Borong, VoxNTT.com – Upaya memperkuat komitmen bersama lintas sektor sedang digalakan Pemerintah Kecamatan Lamba Leda, Kabupaten Manggarai Timur melalui Unit Pelaksana Tugas Daerah (UPTD) Puskesmas Benteng Jawa.
Sejumlah isu kesehatan, seperti penurunan stunting, peningkatan cakupan imunisasi hingga penguatan pelayanan ibu dan anak di wilayah itu akan menjadi penanganan bersama lintas sektor demi derajat kesehatan masyarakat yang lebih baik.
Tentara Nasional Indonesia (TNI) melalui Komando Rayon Militer (Koramil) 1612-04 Elar turut mengambil peran dan mendukung penuh upaya Pemerintah Kecamatan Lamba Leda menangani sejumlah isu kesehatan tersebut.
Perwakilan Koramil 1612-04 Elar, Serka A. Malik menyampaikan kesiapan penuh pihaknya untuk bersinergi menangani masalah kesehatan, mulai dari penurunan stunting hingga penguatan pelayanan ibu dan anak.

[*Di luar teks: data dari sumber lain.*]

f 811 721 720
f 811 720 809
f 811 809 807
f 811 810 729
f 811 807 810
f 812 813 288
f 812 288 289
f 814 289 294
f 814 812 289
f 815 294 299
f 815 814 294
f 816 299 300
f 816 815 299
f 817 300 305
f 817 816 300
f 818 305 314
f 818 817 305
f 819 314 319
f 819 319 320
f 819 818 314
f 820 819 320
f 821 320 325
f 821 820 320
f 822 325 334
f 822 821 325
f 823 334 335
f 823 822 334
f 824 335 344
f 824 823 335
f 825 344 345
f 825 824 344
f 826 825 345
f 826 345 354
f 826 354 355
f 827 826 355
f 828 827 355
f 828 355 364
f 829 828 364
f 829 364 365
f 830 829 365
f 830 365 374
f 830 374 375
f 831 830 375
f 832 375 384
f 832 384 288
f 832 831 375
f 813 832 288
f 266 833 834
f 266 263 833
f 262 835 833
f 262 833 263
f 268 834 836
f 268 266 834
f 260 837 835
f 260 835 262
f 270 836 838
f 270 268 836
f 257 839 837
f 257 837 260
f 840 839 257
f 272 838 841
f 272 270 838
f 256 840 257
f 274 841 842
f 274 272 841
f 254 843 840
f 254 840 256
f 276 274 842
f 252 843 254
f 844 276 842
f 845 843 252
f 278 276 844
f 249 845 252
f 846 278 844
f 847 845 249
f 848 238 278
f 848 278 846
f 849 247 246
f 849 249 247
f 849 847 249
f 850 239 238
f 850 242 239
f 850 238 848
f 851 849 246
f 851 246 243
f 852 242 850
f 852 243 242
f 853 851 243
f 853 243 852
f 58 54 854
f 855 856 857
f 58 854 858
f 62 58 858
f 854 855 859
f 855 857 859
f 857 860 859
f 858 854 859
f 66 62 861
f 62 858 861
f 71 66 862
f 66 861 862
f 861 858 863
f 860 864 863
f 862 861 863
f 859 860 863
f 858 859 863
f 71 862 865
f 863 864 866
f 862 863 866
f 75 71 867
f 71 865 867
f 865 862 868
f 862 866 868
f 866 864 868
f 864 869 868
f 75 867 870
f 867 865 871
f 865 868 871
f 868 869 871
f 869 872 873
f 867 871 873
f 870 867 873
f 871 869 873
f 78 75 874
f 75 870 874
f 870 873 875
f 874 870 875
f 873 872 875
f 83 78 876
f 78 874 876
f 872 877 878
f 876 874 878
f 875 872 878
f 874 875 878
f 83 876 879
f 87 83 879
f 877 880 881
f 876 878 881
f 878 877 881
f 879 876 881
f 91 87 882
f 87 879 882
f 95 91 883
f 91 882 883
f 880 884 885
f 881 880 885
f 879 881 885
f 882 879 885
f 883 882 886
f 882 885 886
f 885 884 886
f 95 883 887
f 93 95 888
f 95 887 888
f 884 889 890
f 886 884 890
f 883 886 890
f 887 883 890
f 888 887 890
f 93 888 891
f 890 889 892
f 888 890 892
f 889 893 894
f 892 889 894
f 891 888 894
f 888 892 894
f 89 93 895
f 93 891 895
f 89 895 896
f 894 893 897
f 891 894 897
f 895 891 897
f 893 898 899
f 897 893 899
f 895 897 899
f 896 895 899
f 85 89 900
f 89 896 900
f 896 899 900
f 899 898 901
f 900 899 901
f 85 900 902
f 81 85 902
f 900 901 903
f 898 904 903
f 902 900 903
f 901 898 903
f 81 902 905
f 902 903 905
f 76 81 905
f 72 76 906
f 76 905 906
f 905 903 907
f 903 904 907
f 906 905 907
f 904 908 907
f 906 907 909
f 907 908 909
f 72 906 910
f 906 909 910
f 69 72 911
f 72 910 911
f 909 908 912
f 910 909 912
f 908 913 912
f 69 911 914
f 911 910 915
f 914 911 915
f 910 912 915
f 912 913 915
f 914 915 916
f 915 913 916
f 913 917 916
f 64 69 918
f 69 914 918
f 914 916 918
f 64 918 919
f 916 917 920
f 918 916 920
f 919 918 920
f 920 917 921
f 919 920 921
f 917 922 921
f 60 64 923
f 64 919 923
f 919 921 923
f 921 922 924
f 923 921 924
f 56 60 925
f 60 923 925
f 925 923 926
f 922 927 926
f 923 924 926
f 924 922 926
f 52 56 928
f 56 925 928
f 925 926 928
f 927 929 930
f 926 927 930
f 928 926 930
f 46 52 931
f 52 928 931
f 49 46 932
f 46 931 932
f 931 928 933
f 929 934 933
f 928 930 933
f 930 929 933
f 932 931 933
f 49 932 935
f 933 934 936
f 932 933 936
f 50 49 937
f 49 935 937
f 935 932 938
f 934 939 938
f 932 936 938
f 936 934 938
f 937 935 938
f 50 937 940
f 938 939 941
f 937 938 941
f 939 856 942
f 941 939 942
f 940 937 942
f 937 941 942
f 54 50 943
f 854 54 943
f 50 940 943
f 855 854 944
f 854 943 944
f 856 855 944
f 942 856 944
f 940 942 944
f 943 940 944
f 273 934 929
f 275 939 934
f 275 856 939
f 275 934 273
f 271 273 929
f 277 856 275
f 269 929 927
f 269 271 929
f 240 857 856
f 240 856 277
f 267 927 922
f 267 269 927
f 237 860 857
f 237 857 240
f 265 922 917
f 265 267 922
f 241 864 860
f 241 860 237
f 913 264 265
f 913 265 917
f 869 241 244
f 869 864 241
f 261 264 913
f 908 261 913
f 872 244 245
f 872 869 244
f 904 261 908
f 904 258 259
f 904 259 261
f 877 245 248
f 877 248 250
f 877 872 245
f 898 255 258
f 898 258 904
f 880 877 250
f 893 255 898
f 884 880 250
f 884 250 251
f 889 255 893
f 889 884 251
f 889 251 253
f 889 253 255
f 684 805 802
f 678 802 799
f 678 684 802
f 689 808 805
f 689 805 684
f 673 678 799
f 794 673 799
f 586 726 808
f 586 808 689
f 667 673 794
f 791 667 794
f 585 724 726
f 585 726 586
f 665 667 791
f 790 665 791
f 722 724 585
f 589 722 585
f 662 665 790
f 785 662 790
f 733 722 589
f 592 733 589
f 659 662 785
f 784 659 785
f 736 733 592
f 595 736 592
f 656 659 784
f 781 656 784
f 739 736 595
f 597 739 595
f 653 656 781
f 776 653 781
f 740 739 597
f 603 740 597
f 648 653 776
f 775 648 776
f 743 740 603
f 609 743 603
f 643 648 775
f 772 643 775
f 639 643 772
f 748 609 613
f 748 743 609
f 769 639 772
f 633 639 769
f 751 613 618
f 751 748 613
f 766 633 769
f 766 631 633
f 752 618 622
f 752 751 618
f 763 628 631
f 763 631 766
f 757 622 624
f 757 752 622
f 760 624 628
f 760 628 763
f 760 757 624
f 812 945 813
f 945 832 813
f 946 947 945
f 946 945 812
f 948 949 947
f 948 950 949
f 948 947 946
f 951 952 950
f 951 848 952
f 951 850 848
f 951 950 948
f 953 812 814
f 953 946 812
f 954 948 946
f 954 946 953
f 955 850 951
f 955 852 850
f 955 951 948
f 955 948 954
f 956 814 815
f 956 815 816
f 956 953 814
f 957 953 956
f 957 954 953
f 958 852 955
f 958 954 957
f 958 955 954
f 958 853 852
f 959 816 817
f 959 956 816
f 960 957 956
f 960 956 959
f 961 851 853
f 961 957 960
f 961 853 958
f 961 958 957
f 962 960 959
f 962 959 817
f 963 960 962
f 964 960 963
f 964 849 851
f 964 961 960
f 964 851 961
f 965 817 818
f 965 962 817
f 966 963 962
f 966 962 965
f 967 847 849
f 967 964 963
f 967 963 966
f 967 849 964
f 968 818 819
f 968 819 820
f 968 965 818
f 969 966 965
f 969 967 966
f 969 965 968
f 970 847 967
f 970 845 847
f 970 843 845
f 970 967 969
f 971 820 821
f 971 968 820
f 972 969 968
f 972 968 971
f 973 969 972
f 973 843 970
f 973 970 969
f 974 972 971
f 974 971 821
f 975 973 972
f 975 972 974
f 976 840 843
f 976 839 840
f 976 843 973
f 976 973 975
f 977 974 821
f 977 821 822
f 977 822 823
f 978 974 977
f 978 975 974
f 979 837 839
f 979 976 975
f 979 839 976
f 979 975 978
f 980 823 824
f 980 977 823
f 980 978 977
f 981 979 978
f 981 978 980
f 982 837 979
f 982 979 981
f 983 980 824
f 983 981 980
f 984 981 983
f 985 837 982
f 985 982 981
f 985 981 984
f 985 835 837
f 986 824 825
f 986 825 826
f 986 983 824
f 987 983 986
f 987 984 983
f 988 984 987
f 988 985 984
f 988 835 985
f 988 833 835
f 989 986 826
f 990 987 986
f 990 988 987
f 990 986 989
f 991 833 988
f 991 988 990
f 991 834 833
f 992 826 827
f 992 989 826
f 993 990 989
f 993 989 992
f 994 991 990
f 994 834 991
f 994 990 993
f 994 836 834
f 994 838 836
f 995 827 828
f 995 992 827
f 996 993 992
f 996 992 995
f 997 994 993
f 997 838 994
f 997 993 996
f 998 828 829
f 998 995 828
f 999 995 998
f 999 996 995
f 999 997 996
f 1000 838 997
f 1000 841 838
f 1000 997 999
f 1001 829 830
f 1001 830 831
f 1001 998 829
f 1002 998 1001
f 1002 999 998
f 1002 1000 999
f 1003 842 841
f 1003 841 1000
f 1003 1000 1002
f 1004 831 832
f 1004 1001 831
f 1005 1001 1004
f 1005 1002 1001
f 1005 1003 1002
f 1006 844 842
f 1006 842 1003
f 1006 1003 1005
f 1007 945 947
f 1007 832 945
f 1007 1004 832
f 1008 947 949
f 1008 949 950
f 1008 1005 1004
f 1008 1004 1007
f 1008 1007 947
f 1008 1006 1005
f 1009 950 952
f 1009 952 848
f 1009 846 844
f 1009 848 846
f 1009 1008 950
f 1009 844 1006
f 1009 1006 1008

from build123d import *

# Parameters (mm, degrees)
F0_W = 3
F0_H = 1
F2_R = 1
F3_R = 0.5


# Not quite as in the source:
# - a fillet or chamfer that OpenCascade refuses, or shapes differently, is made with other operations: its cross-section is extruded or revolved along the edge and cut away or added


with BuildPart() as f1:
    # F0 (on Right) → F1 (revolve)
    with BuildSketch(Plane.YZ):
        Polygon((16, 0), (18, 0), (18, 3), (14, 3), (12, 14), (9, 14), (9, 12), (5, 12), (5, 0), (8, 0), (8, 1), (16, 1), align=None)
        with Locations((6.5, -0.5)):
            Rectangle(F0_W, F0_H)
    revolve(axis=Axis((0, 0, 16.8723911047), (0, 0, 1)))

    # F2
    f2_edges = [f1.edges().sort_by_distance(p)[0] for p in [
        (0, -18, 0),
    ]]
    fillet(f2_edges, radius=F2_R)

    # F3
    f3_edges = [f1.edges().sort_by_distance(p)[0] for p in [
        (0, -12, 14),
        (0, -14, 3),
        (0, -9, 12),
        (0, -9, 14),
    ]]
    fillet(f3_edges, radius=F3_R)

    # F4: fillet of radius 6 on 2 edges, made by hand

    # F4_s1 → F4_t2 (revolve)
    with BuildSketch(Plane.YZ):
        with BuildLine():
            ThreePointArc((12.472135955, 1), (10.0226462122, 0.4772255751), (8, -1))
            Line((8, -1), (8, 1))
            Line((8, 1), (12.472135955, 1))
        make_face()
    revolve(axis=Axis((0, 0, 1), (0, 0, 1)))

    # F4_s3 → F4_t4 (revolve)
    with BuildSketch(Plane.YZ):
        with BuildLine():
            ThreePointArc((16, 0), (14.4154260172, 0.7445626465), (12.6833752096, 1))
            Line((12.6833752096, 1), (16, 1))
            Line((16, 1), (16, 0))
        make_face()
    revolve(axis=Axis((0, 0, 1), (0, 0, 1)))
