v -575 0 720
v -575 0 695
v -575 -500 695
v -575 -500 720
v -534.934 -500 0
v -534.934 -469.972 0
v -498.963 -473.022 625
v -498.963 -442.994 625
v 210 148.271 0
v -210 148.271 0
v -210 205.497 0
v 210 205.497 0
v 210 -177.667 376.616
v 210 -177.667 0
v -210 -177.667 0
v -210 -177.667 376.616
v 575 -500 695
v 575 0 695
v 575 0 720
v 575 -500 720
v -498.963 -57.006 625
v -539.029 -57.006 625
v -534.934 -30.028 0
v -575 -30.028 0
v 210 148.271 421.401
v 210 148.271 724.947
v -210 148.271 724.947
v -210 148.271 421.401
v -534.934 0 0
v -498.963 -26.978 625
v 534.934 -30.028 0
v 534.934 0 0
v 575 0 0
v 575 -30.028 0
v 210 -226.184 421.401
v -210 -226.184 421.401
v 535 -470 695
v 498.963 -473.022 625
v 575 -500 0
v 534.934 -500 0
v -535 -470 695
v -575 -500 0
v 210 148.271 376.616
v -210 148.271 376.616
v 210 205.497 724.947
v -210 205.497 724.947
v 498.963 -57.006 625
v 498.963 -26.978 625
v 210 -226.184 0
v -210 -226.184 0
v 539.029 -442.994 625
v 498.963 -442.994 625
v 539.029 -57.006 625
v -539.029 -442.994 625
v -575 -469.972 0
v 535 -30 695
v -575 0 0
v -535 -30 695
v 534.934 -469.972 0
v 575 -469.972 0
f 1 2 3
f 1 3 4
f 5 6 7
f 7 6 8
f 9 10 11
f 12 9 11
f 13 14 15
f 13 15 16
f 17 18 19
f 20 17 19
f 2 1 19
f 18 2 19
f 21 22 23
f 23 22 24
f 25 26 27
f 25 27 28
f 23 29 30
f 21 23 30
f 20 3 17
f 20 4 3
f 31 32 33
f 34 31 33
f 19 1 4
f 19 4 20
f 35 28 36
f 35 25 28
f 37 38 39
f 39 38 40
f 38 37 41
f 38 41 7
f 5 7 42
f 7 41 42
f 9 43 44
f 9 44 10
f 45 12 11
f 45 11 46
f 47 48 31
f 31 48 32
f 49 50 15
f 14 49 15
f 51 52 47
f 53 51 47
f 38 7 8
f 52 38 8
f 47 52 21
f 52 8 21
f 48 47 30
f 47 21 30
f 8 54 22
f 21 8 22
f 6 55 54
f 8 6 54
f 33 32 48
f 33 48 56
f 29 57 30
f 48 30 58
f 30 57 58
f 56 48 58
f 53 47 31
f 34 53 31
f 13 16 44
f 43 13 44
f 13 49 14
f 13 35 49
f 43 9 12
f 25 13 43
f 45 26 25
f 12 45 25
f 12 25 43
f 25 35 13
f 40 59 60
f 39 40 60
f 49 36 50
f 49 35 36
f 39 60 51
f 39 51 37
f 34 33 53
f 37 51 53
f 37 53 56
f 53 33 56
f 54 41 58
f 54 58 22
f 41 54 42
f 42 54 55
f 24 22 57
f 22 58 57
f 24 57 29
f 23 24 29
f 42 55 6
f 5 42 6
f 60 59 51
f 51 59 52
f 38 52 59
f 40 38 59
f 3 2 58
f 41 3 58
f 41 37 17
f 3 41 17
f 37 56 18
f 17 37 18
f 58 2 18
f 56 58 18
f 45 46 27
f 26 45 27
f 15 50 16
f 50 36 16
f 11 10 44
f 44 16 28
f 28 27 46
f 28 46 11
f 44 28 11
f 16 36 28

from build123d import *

# Parameters (mm, degrees)
F0_W     = 1150
F0_H     = 720
F1_DEPTH = 500
F3_DEPTH = 500.001
F5_DEPTH = 1150.001
F7_DEPTH = 210


with BuildPart() as f1:
    # F0 (on Front) → F1 (new body)
    with BuildSketch(Plane.XZ):
        with Locations((0, 360)):
            Rectangle(F0_W, F0_H)
    extrude(amount=F1_DEPTH)

    # F2 (on face) → F3 (cut, through all)
    with BuildSketch(Plane(origin=(0, 0, 0), x_dir=(-1, 0, 0), z_dir=(0, 1, 0))):
        Polygon((-617.043245, 718.636699), (-575, 695), (-575, 720), (575, 720), (575, 695), (663.800895, 695), (680.074453, 727.908708), (680.074453, 757.201917), (-617.043245, 757.201917), align=None)
        Polygon((-575, 695), (-575, 0), (-535, 695), align=None)
        Polygon((-498.962583, 625), (-534.933806, 0), (534.933806, 0), (498.962583, 625), align=None)
        Polygon((535, 695), (575, 0), (575, 695), align=None)
    extrude(amount=-F3_DEPTH, mode=Mode.SUBTRACT)

    # F4 (on face) → F5 (cut, through all)
    with BuildSketch(Plane(origin=(-575, 0, 0), x_dir=(0, -1, 0), z_dir=(-1, 0, 0))):
        Polygon((-66.164687, 695), (0, 0), (30, 695), align=None)
        Polygon((470, 695), (500, 0), (521.079004, 695), align=None)
        Polygon((57.006353, 625), (30.027936, 0), (469.972064, 0), (442.993647, 625), align=None)
    extrude(amount=-F5_DEPTH, mode=Mode.SUBTRACT)


with BuildPart() as f7:
    # F6 (on Right) → F7 (new body, symmetric)
    with BuildSketch(Plane.YZ):
        Polygon((-226.184428, 0), (-177.666917, 0), (-177.666917, 376.615703), (148.271248, 376.615703), (148.271248, 0), (205.497026, 0), (205.497026, 724.946558), (148.271248, 724.946558), (148.271248, 421.401083), (-226.184428, 421.401083), align=None)
    extrude(amount=F7_DEPTH, both=True)


solid = Compound([f1.part, f7.part])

“TNI mendukung penuh upaya kesehatan dan mendukung penuh program-program Puskesmas Benteng Jawa yang menyentuh langsung kebutuhan warga, seperti stunting,” ujar Serka Malik dalam Rapat Minilokakarya Lintas Sektoral Triwulan yang digelar di Aula UPTD Puskesmas Benteng Jawa, Desa Tengku Leda, Selasa, 7 Oktober 2025.

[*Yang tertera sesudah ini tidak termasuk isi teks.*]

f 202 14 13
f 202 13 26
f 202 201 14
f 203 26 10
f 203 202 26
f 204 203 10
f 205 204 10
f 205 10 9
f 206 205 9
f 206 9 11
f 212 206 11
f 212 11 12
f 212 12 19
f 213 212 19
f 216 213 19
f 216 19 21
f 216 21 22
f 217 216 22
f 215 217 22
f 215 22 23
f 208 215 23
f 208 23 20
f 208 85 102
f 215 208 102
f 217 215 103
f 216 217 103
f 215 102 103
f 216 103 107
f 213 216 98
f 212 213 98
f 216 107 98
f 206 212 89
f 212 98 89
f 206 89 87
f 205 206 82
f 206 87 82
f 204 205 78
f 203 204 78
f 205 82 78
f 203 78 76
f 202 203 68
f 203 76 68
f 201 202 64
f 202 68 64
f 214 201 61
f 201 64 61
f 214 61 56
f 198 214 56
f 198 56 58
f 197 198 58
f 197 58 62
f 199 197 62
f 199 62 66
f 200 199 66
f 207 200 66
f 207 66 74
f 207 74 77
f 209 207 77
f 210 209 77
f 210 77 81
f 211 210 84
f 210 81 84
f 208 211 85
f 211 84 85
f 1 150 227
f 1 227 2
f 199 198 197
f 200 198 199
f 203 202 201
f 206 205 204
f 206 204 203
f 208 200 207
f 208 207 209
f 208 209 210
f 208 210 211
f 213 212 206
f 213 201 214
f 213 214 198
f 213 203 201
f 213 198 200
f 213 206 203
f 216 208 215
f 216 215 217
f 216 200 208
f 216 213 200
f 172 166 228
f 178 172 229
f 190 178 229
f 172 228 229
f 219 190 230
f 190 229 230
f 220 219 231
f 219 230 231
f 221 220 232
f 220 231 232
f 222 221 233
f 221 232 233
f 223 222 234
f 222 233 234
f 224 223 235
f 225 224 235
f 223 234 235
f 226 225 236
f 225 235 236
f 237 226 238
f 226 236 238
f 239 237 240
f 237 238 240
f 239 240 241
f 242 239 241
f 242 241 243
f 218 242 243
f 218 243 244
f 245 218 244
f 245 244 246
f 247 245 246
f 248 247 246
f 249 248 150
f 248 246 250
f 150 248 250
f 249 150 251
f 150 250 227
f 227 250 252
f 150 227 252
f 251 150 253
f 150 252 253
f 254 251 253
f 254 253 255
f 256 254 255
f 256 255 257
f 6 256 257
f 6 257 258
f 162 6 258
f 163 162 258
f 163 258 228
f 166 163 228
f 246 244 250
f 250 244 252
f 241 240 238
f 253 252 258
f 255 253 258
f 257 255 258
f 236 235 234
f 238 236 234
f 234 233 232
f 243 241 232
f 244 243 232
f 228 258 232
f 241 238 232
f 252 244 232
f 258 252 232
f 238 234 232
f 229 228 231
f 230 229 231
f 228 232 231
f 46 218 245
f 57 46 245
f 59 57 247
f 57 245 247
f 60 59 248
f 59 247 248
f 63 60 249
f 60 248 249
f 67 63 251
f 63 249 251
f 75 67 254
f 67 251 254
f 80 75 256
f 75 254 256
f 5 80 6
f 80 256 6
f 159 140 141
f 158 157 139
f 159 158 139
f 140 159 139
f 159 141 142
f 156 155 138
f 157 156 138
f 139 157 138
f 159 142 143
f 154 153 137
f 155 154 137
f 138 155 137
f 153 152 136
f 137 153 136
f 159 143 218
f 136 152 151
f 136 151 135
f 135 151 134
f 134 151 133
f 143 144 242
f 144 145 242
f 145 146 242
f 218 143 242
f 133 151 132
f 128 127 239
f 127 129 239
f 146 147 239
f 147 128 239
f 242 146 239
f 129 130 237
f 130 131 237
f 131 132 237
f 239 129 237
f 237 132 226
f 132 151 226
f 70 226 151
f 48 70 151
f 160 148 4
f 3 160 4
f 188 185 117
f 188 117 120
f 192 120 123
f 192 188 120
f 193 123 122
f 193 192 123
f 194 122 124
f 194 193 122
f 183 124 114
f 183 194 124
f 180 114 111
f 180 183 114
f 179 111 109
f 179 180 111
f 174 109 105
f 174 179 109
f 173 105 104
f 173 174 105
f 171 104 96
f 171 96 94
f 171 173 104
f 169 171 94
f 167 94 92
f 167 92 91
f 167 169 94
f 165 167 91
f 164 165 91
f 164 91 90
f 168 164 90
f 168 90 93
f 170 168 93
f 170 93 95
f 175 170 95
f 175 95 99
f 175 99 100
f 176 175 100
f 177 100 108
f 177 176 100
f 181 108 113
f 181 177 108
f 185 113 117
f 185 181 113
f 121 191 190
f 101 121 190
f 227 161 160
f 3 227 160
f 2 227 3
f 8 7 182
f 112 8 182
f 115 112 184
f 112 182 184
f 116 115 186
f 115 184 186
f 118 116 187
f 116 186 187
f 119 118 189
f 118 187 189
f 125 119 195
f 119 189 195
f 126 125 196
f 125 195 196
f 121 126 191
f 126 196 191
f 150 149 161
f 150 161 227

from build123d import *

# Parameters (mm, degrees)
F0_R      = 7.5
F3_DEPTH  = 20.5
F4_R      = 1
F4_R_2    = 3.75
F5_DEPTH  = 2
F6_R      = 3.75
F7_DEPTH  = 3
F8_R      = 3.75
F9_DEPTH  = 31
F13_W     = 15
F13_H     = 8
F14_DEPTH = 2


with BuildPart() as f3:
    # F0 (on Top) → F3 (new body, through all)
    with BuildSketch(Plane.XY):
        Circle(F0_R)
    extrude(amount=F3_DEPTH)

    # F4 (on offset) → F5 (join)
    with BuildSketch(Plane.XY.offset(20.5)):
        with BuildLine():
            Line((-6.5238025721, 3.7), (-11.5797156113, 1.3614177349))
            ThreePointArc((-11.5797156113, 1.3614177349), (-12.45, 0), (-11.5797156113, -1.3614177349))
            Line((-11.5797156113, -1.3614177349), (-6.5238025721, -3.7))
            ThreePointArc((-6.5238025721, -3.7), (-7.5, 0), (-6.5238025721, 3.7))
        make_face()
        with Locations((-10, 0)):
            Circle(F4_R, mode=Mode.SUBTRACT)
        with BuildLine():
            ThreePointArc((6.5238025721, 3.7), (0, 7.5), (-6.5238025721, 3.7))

Pada kesempatan itu Malik menegaskan, TNI akan selalu hadir bersama pemerintah dan masyarakat untuk bersinergi menciptakan lingkungan kesehatan yang baik di Lamba Leda.

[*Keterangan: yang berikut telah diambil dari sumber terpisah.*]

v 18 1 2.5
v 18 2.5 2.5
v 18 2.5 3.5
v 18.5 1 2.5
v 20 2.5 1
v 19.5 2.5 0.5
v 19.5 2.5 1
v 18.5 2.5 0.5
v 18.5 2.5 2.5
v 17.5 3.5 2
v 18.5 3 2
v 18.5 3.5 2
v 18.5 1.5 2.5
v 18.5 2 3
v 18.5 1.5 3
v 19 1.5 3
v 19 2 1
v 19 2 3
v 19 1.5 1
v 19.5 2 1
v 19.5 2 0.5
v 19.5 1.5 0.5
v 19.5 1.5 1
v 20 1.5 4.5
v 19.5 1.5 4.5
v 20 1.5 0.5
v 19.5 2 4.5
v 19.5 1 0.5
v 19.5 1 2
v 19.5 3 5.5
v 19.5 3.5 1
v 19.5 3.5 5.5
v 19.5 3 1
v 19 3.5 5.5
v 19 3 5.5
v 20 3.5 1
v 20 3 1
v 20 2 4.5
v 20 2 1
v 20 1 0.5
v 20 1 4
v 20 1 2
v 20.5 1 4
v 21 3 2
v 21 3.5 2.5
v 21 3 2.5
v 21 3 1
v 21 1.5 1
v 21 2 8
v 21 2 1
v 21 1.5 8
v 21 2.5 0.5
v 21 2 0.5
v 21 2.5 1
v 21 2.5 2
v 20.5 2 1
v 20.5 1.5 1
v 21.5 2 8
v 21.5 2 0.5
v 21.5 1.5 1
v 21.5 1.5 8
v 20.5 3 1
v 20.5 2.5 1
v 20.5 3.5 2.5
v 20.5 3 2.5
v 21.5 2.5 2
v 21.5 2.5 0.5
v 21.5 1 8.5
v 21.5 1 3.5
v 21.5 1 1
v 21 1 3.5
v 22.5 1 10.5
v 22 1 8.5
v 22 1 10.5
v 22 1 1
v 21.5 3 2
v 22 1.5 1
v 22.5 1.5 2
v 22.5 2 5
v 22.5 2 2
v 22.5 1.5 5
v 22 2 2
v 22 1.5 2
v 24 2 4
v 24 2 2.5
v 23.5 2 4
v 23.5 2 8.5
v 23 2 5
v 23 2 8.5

Menurutnya, kesehatan adalah pondasi utama stabilitas sosial dan TNI terpanggil untuk ambil bagian.
Camat Lamba Leda, Vitalis Edmundus Buru Lana mengatakan, peningkatan derajat kesehatan masyarakat adalah tanggung jawab kolektif, bukan hanya tanggung jawab para pelayan kesehatan.
Rapat Minilokakarya ini, kata dia, merupakan forum strategis agar seluruh stakeholder memahami perannya masing-masing dalam upaya menangani isu stunting, cakupan imunisasi hingga penguatan pelayanan ibu dan anak di Lamba Leda.
“Melalui forum ini saya berharap seluruh stakeholder paham perannya masing-masing, karena hal ini merupakan upaya dan tanggung jawab kita semua untuk membangun masyarakat yang sehat dan tangguh,” ucapnya.
Sementara itu, Kepala UPTD Puskesmas Benteng Jawa, Geradus Hasu berharap, minilokakarya ini dapat melahirkan rekomendasi-rekomendasi nyata agar bisa diimplementasikan di lapangan demi kesejahteraan menyeluruh masyarakat Lamba Leda.
Ia juga sedang menyiapkan langkah strategis yang akan diterapkan ke depan untuk menjawab tantangan pelayanan kesehatan serta capaian kinerja Puskesmas.